The Transformer class ties everything together: encode the source, decode the target using encoder output, then project to vocabulary space.

Build Transformer

def build_transformer(src_vocab_size: int, tgt_vocab_size: int,
                      src_seq_len: int, tgt_seq_len: int, d_model:int = 512,
                      N: int = 6 , h: int = 8, dropout: float = 0.1, d_ff: int = 2048 )->Transformer:
    src_embed = InputEmbeddings(d_model, src_vocab_size)
    tgt_embed = InputEmbeddings(d_model, tgt_vocab_size)

    src_pos = PositionalEncoding(d_model, src_seq_len, dropout)
    tgt_pos = PositionalEncoding(d_model, tgt_seq_len, dropout)

    encoder_blocks = []
    for _ in range(6):
        encoder_self_attention_block = MultiHeadAttentionBlock(d_model, h, dropout)
        feed_forward_block = FeedForwardBlock(d_model, d_ff, dropout)
        encoder_block = EncoderBlock(encoder_self_attention_block, feed_forward_block, dropout)
        encoder_blocks.append(encoder_block)

    decorder_blocks = []
    for _ in range(N):
        decoder_self_attention_block = MultiHeadAttentionBlock(d_model, h, dropout)
        decorder_cross_attention_block = MultiHeadAttentionBlock(d_model, h, dropout)
        feed_forward_block = FeedForwardBlock(d_model, d_ff, dropout)
        decoder_block = DecoderBlock(decoder_self_attention_block, decorder_cross_attention_block, feed_forward_block, dropout)
        decorder_blocks.append(decoder_block)

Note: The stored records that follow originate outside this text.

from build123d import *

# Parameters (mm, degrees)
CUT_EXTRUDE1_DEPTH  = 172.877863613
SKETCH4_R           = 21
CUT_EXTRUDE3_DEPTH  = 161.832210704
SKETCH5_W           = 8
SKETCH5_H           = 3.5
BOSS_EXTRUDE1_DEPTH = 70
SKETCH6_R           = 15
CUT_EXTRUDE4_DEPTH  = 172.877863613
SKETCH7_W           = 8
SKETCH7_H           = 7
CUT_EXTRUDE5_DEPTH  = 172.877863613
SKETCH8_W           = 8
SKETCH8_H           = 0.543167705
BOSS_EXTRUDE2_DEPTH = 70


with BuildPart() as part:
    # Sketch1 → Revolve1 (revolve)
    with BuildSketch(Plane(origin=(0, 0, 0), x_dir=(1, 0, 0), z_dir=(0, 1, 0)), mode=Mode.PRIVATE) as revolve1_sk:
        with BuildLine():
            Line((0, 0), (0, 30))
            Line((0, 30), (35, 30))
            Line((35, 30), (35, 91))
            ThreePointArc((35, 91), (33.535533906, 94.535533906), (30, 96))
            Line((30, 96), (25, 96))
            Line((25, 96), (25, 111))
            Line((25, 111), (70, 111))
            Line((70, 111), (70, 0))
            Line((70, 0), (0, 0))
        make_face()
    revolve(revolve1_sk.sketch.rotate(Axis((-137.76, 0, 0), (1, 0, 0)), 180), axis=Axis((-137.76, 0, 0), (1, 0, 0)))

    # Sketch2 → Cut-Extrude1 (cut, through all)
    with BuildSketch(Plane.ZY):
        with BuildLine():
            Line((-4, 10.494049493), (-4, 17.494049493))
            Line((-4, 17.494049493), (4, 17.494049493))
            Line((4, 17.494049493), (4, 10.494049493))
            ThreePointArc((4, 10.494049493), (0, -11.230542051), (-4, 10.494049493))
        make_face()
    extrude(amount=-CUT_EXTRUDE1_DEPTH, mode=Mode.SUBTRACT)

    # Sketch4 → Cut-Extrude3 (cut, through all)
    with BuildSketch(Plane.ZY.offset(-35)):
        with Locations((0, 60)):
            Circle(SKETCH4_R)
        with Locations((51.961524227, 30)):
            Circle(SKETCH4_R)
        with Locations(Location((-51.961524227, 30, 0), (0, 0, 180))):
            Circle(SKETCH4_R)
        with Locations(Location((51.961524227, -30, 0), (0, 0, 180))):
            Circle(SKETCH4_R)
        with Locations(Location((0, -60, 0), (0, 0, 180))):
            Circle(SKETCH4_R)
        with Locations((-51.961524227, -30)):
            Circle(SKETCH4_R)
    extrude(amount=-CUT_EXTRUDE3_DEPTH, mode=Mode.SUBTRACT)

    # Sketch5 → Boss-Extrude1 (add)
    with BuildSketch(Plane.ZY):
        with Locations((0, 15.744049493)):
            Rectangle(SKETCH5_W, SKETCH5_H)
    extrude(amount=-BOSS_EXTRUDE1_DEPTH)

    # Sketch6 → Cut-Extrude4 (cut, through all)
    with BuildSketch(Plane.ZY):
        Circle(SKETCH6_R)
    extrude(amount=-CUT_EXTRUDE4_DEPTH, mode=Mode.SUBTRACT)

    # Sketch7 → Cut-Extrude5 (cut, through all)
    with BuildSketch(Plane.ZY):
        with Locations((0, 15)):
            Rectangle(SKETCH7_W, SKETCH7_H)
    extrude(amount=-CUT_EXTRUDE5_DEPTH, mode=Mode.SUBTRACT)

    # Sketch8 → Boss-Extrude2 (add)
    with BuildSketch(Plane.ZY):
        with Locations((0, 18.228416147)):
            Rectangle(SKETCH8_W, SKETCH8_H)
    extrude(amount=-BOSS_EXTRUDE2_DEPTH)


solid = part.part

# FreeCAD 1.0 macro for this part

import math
import FreeCAD as App
import Part
import Sketcher
from FreeCAD import Vector


def add_polygon(sketch, points):
    """Adds a closed chain of lines whose ends are joined by coincident constraints."""
    first, n = sketch.GeometryCount, len(points)
    for a, b in zip(points, points[1:] + points[:1]):
        sketch.addGeometry(Part.LineSegment(App.Vector(*a, 0), App.Vector(*b, 0)), False)
    for i in range(n):
        sketch.addConstraint(Sketcher.Constraint("Coincident", first + i, 2, first + (i + 1) % n, 1))

doc = App.newDocument("Part")
body = doc.addObject("PartDesign::Body", "Body")

# Sketch on XZ plane
sketch1 = doc.addObject("Sketcher::SketchObject", "Sketch")
body.addObject(sketch1)
sketch1.AttachmentSupport = (doc.XZ_Plane, [""])
sketch1.MapMode = "FlatFace"
sketch1.addGeometry(Part.LineSegment(Vector(0, -30, 0), Vector(0, 0, 0)), False)
sketch1.addGeometry(Part.LineSegment(Vector(0, 0, 0), Vector(70, 0, 0)), False)
sketch1.addGeometry(Part.LineSegment(Vector(70, 0, 0), Vector(70, -111, 0)), False)
sketch1.addGeometry(Part.LineSegment(Vector(70, -111, 0), Vector(25, -111, 0)), False)
sketch1.addGeometry(Part.LineSegment(Vector(25, -111, 0), Vector(25, -96, 0)), False)
sketch1.addGeometry(Part.LineSegment(Vector(25, -96, 0), Vector(30, -96, 0)), False)
sketch1.addGeometry(Part.ArcOfCircle(Part.Circle(Vector(30, -91, 0), Vector(0, 0, 1), 5), math.radians(-90), math.radians(0)), False)
sketch1.addGeometry(Part.LineSegment(Vector(35, -91, 0), Vector(35, -30, 0)), False)
sketch1.addGeometry(Part.LineSegment(Vector(35, -30, 0), Vector(0, -30, 0)), False)
sketch1.addConstraint(Sketcher.Constraint("Coincident", 0, 2, 1, 1))
sketch1.addConstraint(Sketcher.Constraint("Coincident", 1, 2, 2, 1))
sketch1.addConstraint(Sketcher.Constraint("Coincident", 2, 2, 3, 1))
sketch1.addConstraint(Sketcher.Constraint("Coincident", 3, 2, 4, 1))
sketch1.addConstraint(Sketcher.Constraint("Coincident", 4, 2, 5, 1))
sketch1.addConstraint(Sketcher.Constraint("Tangent", 5, 2, 6, 1))
sketch1.addConstraint(Sketcher.Constraint("Tangent", 6, 2, 7, 1))
sketch1.addConstraint(Sketcher.Constraint("Coincident", 7, 2, 8, 1))
sketch1.addConstraint(Sketcher.Constraint("Coincident", 8, 2, 0, 1))
sketch1.addConstraint(Sketcher.Constraint("Vertical", 0))
sketch1.addConstraint(Sketcher.Constraint("Horizontal", 1))
sketch1.addConstraint(Sketcher.Constraint("Vertical", 2))
sketch1.addConstraint(Sketcher.Constraint("Horizontal", 3))
sketch1.addConstraint(Sketcher.Constraint("Vertical", 4))
sketch1.addConstraint(Sketcher.Constraint("Horizontal", 5))
sketch1.addConstraint(Sketcher.Constraint("Vertical", 7))
sketch1.addConstraint(Sketcher.Constraint("Horizontal", 8))
sketch1.addConstraint(Sketcher.Constraint("Coincident", 0, 2, -1, 1))
sketch1.addConstraint(Sketcher.Constraint("Radius", 6, 5.0))
sketch1.addConstraint(Sketcher.Constraint("DistanceX", 1, 1, 1, 2, 70.0))
sketch1.addConstraint(Sketcher.Constraint("DistanceX", 3, 2, 3, 1, 45.0))
sketch1.addConstraint(Sketcher.Constraint("DistanceX", 5, 1, 5, 2, 5.0))
sketch1.addConstraint(Sketcher.Constraint("DistanceY", 0, 1, 0, 2, 30.0))
sketch1.addConstraint(Sketcher.Constraint("DistanceY", 2, 2, 2, 1, 111.0))
sketch1.addConstraint(Sketcher.Constraint("DistanceY", 4, 1, 4, 2, 15.0))
revolution = doc.addObject("PartDesign::Revolution", "Revolution")
body.addObject(revolution)
revolution.Profile = sketch1
revolution.ReferenceAxis = (sketch1, ["H_Axis"])
revolution.Angle = 360

# Sketch on YZ plane
sketch2 = doc.addObject("Sketcher::SketchObject", "Sketch001")
body.addObject(sketch2)
sketch2.AttachmentSupport = (doc.YZ_Plane, [""])
sketch2.MapMode = "FlatFace"
sketch2.addGeometry(Part.LineSegment(Vector(17, -4, 0), Vector(10, -4, 0)), False)
sketch2.addGeometry(Part.ArcOfCircle(Part.Circle(Vector(0, 0, 0), Vector(0, 0, 1), 11), math.radians(21), math.radians(339)), False)
sketch2.addGeometry(Part.LineSegment(Vector(10, 4, 0), Vector(17, 4, 0)), False)
sketch2.addGeometry(Part.LineSegment(Vector(17, 4, 0), Vector(17, -4, 0)), False)
sketch2.addConstraint(Sketcher.Constraint("Coincident", 0, 2, 1, 2))
sketch2.addConstraint(Sketcher.Constraint("Coincident", 1, 1, 2, 1))
sketch2.addConstraint(Sketcher.Constraint("Coincident", 2, 2, 3, 1))
sketch2.addConstraint(Sketcher.Constraint("Coincident", 3, 2, 0, 1))
sketch2.addConstraint(Sketcher.Constraint("Horizontal", 0))
sketch2.addConstraint(Sketcher.Constraint("Horizontal", 2))
sketch2.addConstraint(Sketcher.Constraint("Vertical", 3))
sketch2.addConstraint(Sketcher.Constraint("Coincident", 1, 3, -1, 1))
sketch2.addConstraint(Sketcher.Constraint("Vertical", 0, 2, 1, 1))
sketch2.addConstraint(Sketcher.Constraint("DistanceX", 0, 2, 0, 1, 7.0))
sketch2.addConstraint(Sketcher.Constraint("DistanceY", 3, 2, 3, 1, 8.0))
sketch2.addConstraint(Sketcher.Constraint("Radius", 1, 11.230542))
pocket1 = doc.addObject("PartDesign::Pocket", "Pocket")
body.addObject(pocket1)
pocket1.Profile = sketch2
pocket1.Type = "ThroughAll"
pocket1.Reversed = True

# Sketch on YZ plane
sketch3 = doc.addObject("Sketcher::SketchObject", "Sketch002")
body.addObject(sketch3)
sketch3.AttachmentSupport = (doc.YZ_Plane, [""])
sketch3.MapMode = "FlatFace"
sketch3.AttachmentOffset = App.Placement(Vector(0, 0, 35), App.Rotation())
sketch3.addGeometry(Part.Circle(Vector(60, 0, 0), Vector(0, 0, 1), 21), False)
sketch3.addGeometry(Part.Circle(Vector(30, 52, 0), Vector(0, 0, 1), 21), False)
sketch3.addGeometry(Part.Circle(Vector(30, -52, 0), Vector(0, 0, 1), 21), False)
sketch3.addGeometry(Part.Circle(Vector(-30, 52, 0), Vector(0, 0, 1), 21), False)
sketch3.addGeometry(Part.Circle(Vector(-60, 0, 0), Vector(0, 0, 1), 21), False)
sketch3.addGeometry(Part.Circle(Vector(-30, -52, 0), Vector(0, 0, 1), 21), False)
sketch3.addConstraint(Sketcher.Constraint("Equal", 0, 1))
sketch3.addConstraint(Sketcher.Constraint("Equal", 1, 2))
sketch3.addConstraint(Sketcher.Constraint("Equal", 2, 3))
sketch3.addConstraint(Sketcher.Constraint("Equal", 3, 4))
sketch3.addConstraint(Sketcher.Constraint("Equal", 4, 5))
sketch3.addConstraint(Sketcher.Constraint("Symmetric", 2, 3, 3, 3, -1, 1))
sketch3.addConstraint(Sketcher.Constraint("Symmetric", 0, 3, 4, 3, -1, 1))
sketch3.addConstraint(Sketcher.Constraint("Symmetric", 1, 3, 5, 3, -1, 1))
sketch3.addConstraint(Sketcher.Constraint("Symmetric", 1, 3, 3, 3, -2))
sketch3.addConstraint(Sketcher.Constraint("PointOnObject", 0, 3, -1))
sketch3.addConstraint(Sketcher.Constraint("Diameter", 0, 42.0))
sketch3.addConstraint(Sketcher.Constraint("DistanceX", -1, 1, 0, 3, 60.0))
sketch3.addConstraint(Sketcher.Constraint("DistanceX", -1, 1, 1, 3, 30.0))
sketch3.addConstraint(Sketcher.Constraint("DistanceY", 2, 3, 1, 3, 103.923048))
pocket2 = doc.addObject("PartDesign::Pocket", "Pocket001")
body.addObject(pocket2)
pocket2.Profile = sketch3
pocket2.Type = "ThroughAll"
pocket2.Reversed = True

# Sketch on YZ plane
sketch4 = doc.addObject("Sketcher::SketchObject", "Sketch003")
body.addObject(sketch4)
sketch4.AttachmentSupport = (doc.YZ_Plane, [""])
sketch4.MapMode = "FlatFace"
add_polygon(sketch4, [(17.5, -4), (14, -4), (14, 4), (17.5, 4)])  # lines 0-3
sketch4.addConstraint(Sketcher.Constraint("Horizontal", 0))
sketch4.addConstraint(Sketcher.Constraint("Vertical", 1))
sketch4.addConstraint(Sketcher.Constraint("Horizontal", 2))
sketch4.addConstraint(Sketcher.Constraint("Vertical", 3))
sketch4.addConstraint(Sketcher.Constraint("DistanceY", 1, 1, 1, 2, 8.0))
sketch4.addConstraint(Sketcher.Constraint("DistanceX", 0, 2, 0, 1, 3.5))
sketch4.addConstraint(Sketcher.Constraint("DistanceY", 0, 2, -1, 1, 4.0))
sketch4.addConstraint(Sketcher.Constraint("DistanceX", -1, 1, 0, 2, 13.994049))
pad1 = doc.addObject("PartDesign::Pad", "Pad")
body.addObject(pad1)
pad1.Profile = sketch4
pad1.Length = 70

# Sketch on YZ plane
sketch5 = doc.addObject("Sketcher::SketchObject", "Sketch004")
body.addObject(sketch5)
sketch5.AttachmentSupport = (doc.YZ_Plane, [""])
sketch5.MapMode = "FlatFace"
sketch5.addGeometry(Part.Circle(Vector(0, 0, 0), Vector(0, 0, 1), 15), False)
sketch5.addConstraint(Sketcher.Constraint("Coincident", 0, 3, -1, 1))
sketch5.addConstraint(Sketcher.Constraint("Diameter", 0, 30.0))
pocket3 = doc.addObject("PartDesign::Pocket", "Pocket002")
body.addObject(pocket3)
pocket3.Profile = sketch5
pocket3.Type = "ThroughAll"
pocket3.Reversed = True

# Sketch on YZ plane
sketch6 = doc.addObject("Sketcher::SketchObject", "Sketch005")
body.addObject(sketch6)
sketch6.AttachmentSupport = (doc.YZ_Plane, [""])
sketch6.MapMode = "FlatFace"
add_polygon(sketch6, [(18, -4), (12, -4), (12, 4), (18, 4)])  # lines 0-3
sketch6.addConstraint(Sketcher.Constraint("Horizontal", 0))
sketch6.addConstraint(Sketcher.Constraint("Vertical", 1))
sketch6.addConstraint(Sketcher.Constraint("Horizontal", 2))
sketch6.addConstraint(Sketcher.Constraint("Vertical", 3))
sketch6.addConstraint(Sketcher.Constraint("DistanceX", 0, 2, 0, 1, 7.0))
sketch6.addConstraint(Sketcher.Constraint("DistanceY", 1, 1, 1, 2, 8.0))
sketch6.addConstraint(Sketcher.Constraint("DistanceY", 0, 2, -1, 1, 4.0))
sketch6.addConstraint(Sketcher.Constraint("DistanceX", -1, 1, 0, 2, 11.5))
pocket4 = doc.addObject("PartDesign::Pocket", "Pocket003")
body.addObject(pocket4)
pocket4.Profile = sketch6
pocket4.Type = "ThroughAll"
pocket4.Reversed = True

# Sketch on YZ plane
sketch7 = doc.addObject("Sketcher::SketchObject", "Sketch006")
body.addObject(sketch7)
sketch7.AttachmentSupport = (doc.YZ_Plane, [""])
sketch7.MapMode = "FlatFace"
add_polygon(sketch7, [(18.5, -4), (18, -4), (18, 4), (18.5, 4)])  # lines 0-3
sketch7.addConstraint(Sketcher.Constraint("Horizontal", 0))
sketch7.addConstraint(Sketcher.Constraint("Vertical", 1))
sketch7.addConstraint(Sketcher.Constraint("Horizontal", 2))
sketch7.addConstraint(Sketcher.Constraint("Vertical", 3))
sketch7.addConstraint(Sketcher.Constraint("DistanceY", 1, 1, 1, 2, 8.0))
sketch7.addConstraint(Sketcher.Constraint("DistanceY", 0, 2, -1, 1, 4.0))
sketch7.addConstraint(Sketcher.Constraint("DistanceX", -1, 1, 2, 2, 18.5))
sketch7.addConstraint(Sketcher.Constraint("DistanceX", 0, 2, 0, 1, 0.543168))
pad2 = doc.addObject("PartDesign::Pad", "Pad001")
body.addObject(pad2)
pad2.Profile = sketch7
pad2.Length = 70

doc.recompute()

    encoder = Encoder(nn.ModuleList(encoder_blocks))
    decorder = Decoder(nn.ModuleList(decorder_blocks))

    projection_layer = ProjectionLayer(d_model, tgt_vocab_size)

    transformer = Transformer(encoder, decorder, src_embed, tgt_embed, src_pos, tgt_pos, projection_layer)

    for p in transformer.parameters():
        if p.dim() >1:
            nn.init.xavier_uniform_(p)

    return transformer

The factory function assembles all components and initializes parameters with Xavier uniform initialization — a common practice for preventing vanishing/exploding gradients in deep networks like the Transformer.